DATA SHOWN section start
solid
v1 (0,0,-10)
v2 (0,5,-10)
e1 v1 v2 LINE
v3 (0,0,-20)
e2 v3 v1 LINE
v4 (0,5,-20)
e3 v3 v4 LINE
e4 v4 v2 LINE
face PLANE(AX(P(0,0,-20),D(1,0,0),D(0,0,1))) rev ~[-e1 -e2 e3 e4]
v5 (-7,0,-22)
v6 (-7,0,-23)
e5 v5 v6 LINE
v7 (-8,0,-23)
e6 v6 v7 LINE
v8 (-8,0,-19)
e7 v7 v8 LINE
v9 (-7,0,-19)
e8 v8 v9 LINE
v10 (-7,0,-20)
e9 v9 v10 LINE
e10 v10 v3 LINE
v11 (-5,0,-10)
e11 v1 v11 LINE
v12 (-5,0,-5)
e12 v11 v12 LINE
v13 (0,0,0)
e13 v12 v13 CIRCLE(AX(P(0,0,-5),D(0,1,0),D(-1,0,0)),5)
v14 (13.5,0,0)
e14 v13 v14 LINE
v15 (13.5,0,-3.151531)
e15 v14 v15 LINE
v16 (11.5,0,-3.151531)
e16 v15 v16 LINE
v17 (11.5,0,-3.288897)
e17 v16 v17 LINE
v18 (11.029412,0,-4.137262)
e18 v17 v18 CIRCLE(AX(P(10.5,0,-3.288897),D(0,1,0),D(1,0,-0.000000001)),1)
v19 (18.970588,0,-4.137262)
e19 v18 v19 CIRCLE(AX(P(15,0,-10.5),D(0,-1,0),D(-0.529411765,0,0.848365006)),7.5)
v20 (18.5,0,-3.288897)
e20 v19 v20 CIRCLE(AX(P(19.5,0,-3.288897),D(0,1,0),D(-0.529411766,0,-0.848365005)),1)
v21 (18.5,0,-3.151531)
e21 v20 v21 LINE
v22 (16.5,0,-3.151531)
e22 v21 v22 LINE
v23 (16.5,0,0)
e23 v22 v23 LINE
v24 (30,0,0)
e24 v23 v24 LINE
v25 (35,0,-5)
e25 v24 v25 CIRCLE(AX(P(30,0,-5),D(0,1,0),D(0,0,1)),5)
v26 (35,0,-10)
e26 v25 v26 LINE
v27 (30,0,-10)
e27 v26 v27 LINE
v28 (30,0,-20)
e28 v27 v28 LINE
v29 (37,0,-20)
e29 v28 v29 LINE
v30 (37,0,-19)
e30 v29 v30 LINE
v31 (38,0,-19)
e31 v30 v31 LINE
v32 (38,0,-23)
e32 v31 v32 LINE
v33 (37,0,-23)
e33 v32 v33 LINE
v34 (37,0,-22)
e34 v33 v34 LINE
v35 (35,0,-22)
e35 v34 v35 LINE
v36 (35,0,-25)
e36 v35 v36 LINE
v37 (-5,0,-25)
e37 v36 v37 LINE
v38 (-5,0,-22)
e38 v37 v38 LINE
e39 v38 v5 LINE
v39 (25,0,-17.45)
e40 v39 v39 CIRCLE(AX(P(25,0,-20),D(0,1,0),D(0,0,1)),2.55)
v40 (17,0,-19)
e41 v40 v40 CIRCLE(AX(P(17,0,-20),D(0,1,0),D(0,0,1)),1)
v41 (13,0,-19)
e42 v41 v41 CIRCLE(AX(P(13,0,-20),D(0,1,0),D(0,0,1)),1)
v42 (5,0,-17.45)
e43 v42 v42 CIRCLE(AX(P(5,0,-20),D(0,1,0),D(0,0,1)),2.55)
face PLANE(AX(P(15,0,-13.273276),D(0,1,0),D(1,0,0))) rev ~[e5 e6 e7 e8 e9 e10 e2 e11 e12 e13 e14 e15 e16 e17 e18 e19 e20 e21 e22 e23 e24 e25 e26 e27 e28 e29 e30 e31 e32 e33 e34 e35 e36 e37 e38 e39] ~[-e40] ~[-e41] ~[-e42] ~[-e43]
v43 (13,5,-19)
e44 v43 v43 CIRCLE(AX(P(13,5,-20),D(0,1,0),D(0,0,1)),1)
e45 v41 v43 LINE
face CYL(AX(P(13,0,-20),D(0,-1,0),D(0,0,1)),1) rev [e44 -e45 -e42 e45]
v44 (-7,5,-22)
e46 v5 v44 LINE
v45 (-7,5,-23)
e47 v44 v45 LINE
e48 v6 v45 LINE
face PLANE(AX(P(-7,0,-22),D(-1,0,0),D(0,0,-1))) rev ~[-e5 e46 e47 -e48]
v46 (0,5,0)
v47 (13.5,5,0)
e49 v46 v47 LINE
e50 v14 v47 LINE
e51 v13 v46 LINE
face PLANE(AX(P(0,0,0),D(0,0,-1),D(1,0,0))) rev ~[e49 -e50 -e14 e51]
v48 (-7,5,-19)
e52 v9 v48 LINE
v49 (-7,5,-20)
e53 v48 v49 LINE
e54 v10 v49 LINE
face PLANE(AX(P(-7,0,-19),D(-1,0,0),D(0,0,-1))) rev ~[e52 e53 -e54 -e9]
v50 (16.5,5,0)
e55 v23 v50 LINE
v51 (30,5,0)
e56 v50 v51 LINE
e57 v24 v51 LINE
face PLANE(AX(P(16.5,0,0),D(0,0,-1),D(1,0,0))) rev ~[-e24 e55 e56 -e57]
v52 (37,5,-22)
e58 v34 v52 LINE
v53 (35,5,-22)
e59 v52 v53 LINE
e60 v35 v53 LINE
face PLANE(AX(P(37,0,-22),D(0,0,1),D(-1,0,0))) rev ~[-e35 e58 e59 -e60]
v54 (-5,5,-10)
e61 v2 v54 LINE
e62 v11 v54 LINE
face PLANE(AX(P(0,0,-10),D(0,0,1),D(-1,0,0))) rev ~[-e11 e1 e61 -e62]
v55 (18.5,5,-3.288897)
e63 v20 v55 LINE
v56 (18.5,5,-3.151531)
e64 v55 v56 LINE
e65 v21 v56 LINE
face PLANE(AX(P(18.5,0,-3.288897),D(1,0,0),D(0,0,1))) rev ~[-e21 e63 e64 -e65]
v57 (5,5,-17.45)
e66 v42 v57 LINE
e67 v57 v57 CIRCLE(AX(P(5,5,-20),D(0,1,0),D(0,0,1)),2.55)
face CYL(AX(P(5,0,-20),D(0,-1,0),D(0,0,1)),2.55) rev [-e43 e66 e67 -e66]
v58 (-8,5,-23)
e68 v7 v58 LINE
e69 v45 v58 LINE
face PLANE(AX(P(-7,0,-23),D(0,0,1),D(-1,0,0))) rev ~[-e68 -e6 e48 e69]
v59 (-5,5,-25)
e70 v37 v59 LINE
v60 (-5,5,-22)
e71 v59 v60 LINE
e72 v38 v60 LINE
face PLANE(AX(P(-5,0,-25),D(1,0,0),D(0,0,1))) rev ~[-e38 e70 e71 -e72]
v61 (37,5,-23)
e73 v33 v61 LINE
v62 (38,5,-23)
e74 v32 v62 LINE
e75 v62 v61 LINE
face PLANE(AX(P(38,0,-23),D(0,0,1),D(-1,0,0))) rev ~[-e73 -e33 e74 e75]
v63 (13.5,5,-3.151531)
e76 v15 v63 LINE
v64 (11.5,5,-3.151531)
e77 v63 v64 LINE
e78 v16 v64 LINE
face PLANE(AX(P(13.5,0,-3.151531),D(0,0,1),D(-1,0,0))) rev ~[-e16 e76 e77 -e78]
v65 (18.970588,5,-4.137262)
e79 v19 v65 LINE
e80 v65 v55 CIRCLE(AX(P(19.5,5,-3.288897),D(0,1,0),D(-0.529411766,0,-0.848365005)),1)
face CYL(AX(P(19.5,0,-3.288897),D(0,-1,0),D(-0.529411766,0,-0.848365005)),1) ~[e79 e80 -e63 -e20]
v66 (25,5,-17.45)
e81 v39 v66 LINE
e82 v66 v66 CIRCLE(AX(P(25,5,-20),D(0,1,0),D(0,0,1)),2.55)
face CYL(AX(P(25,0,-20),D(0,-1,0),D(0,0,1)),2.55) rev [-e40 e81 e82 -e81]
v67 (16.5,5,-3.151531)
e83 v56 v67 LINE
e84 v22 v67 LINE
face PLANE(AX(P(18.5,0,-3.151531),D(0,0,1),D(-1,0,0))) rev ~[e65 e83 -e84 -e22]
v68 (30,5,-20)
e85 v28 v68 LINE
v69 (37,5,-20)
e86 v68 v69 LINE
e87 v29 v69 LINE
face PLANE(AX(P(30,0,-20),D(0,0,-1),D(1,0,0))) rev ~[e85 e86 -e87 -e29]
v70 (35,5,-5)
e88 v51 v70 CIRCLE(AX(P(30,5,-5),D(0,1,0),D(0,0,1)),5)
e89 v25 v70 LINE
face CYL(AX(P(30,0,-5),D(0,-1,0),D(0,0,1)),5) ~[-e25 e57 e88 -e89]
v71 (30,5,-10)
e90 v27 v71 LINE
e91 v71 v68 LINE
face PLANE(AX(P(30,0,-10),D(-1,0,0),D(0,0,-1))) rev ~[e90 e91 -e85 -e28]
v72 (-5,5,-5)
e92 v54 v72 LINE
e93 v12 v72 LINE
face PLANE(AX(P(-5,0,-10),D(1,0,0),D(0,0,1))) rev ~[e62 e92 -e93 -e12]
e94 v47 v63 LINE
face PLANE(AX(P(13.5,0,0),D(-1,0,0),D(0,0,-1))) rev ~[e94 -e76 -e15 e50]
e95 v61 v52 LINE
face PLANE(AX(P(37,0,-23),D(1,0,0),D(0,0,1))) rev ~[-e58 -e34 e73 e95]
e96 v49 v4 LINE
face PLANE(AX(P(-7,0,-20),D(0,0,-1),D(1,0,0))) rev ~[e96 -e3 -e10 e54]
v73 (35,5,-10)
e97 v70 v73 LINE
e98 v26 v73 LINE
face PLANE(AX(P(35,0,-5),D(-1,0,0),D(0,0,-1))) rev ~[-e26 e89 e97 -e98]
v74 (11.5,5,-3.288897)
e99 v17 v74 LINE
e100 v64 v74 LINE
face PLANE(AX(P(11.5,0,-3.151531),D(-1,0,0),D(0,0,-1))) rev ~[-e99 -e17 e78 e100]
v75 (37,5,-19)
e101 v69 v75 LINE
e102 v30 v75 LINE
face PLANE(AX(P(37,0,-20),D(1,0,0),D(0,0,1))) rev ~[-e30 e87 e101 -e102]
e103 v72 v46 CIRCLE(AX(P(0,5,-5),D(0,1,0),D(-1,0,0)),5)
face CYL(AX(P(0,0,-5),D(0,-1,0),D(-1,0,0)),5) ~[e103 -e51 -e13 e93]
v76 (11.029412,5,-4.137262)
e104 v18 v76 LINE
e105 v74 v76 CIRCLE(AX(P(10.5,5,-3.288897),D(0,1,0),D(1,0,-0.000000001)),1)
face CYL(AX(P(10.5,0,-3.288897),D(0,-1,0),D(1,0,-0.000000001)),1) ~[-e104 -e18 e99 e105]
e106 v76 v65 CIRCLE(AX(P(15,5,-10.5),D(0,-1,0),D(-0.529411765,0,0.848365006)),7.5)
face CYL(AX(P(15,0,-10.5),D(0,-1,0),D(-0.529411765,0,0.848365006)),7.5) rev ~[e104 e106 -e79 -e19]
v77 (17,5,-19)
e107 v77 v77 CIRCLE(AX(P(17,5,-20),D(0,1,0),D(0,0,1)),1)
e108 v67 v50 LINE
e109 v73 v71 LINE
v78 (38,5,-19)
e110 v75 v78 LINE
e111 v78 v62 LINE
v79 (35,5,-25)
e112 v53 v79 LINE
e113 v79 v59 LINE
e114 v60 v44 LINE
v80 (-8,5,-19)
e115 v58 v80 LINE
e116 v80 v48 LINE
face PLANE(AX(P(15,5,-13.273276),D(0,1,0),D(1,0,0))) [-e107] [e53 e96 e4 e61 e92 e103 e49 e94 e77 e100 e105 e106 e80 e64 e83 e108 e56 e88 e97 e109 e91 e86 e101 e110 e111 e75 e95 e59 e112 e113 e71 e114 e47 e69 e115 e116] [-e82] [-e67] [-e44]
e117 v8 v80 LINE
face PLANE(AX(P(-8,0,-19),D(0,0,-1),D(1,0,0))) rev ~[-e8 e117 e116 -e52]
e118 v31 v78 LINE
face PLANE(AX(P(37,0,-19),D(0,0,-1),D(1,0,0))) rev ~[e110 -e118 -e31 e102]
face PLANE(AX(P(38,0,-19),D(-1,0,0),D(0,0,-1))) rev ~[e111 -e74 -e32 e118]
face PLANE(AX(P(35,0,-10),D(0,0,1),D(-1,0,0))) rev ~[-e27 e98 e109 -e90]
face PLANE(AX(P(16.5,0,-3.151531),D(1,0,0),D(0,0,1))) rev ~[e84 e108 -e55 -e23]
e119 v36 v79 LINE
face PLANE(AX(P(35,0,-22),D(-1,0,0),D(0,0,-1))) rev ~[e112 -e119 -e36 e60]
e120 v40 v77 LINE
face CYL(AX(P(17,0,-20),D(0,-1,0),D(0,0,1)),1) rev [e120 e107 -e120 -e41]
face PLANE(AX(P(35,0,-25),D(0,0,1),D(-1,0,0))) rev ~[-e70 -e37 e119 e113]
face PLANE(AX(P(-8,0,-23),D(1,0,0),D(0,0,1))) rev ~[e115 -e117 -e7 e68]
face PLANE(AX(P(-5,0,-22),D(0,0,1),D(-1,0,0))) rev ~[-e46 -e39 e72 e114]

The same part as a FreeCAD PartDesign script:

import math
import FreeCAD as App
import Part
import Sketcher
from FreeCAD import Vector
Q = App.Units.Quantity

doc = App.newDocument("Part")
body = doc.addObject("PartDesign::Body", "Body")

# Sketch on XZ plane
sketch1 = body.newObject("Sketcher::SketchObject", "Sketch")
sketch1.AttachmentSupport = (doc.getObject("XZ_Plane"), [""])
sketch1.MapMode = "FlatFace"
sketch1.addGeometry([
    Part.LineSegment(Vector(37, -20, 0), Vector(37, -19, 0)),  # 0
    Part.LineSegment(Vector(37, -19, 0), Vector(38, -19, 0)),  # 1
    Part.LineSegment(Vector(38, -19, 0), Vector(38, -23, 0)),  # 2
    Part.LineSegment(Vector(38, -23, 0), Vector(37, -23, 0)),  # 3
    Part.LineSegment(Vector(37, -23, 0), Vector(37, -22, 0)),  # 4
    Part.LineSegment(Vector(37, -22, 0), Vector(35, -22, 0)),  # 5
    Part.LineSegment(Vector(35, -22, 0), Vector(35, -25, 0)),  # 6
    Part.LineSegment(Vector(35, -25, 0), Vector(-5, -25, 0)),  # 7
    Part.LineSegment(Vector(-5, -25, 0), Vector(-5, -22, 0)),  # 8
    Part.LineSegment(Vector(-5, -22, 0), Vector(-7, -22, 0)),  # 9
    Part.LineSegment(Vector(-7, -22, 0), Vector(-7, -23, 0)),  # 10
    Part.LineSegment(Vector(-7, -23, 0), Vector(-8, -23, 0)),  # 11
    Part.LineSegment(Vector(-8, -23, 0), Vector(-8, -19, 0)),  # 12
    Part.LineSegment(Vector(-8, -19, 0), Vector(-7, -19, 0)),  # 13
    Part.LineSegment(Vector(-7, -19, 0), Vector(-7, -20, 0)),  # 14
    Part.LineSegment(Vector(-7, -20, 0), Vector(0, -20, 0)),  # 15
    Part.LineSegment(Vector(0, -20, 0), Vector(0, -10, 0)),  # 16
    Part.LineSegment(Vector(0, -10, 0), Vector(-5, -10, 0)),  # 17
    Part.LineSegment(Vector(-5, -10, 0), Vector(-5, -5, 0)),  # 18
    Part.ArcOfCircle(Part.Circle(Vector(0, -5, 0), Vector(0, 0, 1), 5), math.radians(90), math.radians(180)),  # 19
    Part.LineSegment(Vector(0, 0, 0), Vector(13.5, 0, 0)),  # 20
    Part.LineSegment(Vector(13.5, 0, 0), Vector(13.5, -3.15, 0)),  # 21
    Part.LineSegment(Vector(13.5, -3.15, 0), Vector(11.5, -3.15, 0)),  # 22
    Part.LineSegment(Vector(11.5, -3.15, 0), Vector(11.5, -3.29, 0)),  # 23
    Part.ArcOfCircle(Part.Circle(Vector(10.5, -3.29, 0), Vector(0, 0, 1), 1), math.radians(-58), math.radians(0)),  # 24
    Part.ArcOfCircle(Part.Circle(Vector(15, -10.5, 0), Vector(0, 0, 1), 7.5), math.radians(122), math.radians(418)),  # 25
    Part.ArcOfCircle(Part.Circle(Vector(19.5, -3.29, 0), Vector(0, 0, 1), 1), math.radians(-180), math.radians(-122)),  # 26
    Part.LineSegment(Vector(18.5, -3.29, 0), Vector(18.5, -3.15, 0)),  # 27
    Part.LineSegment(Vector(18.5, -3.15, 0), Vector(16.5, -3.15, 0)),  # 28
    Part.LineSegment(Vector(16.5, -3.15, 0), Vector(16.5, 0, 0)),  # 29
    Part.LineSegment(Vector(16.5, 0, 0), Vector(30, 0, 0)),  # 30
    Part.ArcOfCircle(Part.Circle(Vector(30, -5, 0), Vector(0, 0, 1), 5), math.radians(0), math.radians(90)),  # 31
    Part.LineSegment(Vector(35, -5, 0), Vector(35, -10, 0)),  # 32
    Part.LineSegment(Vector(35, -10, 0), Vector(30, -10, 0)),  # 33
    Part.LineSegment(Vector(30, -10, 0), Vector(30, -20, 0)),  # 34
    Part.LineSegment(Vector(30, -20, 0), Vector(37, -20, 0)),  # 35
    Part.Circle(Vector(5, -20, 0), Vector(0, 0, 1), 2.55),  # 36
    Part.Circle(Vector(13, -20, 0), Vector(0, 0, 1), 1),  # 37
DATA SHOWN section end
PROBLEM DETAILS: Only the lines above starting with the one with "e61 v2 v54 LINE" and going through the one with "e79 v19 v65 LINE" are to be copied, word for word and with both ends kept.

RESPONSE:
e61 v2 v54 LINE
e62 v11 v54 LINE
face PLANE(AX(P(0,0,-10),D(0,0,1),D(-1,0,0))) rev ~[-e11 e1 e61 -e62]
v55 (18.5,5,-3.288897)
e63 v20 v55 LINE
v56 (18.5,5,-3.151531)
e64 v55 v56 LINE
e65 v21 v56 LINE
face PLANE(AX(P(18.5,0,-3.288897),D(1,0,0),D(0,0,1))) rev ~[-e21 e63 e64 -e65]
v57 (5,5,-17.45)
e66 v42 v57 LINE
e67 v57 v57 CIRCLE(AX(P(5,5,-20),D(0,1,0),D(0,0,1)),2.55)
face CYL(AX(P(5,0,-20),D(0,-1,0),D(0,0,1)),2.55) rev [-e43 e66 e67 -e66]
v58 (-8,5,-23)
e68 v7 v58 LINE
e69 v45 v58 LINE
face PLANE(AX(P(-7,0,-23),D(0,0,1),D(-1,0,0))) rev ~[-e68 -e6 e48 e69]
v59 (-5,5,-25)
e70 v37 v59 LINE
v60 (-5,5,-22)
e71 v59 v60 LINE
e72 v38 v60 LINE
face PLANE(AX(P(-5,0,-25),D(1,0,0),D(0,0,1))) rev ~[-e38 e70 e71 -e72]
v61 (37,5,-23)
e73 v33 v61 LINE
v62 (38,5,-23)
e74 v32 v62 LINE
e75 v62 v61 LINE
face PLANE(AX(P(38,0,-23),D(0,0,1),D(-1,0,0))) rev ~[-e73 -e33 e74 e75]
v63 (13.5,5,-3.151531)
e76 v15 v63 LINE
v64 (11.5,5,-3.151531)
e77 v63 v64 LINE
e78 v16 v64 LINE
face PLANE(AX(P(13.5,0,-3.151531),D(0,0,1),D(-1,0,0))) rev ~[-e16 e76 e77 -e78]
v65 (18.970588,5,-4.137262)
e79 v19 v65 LINE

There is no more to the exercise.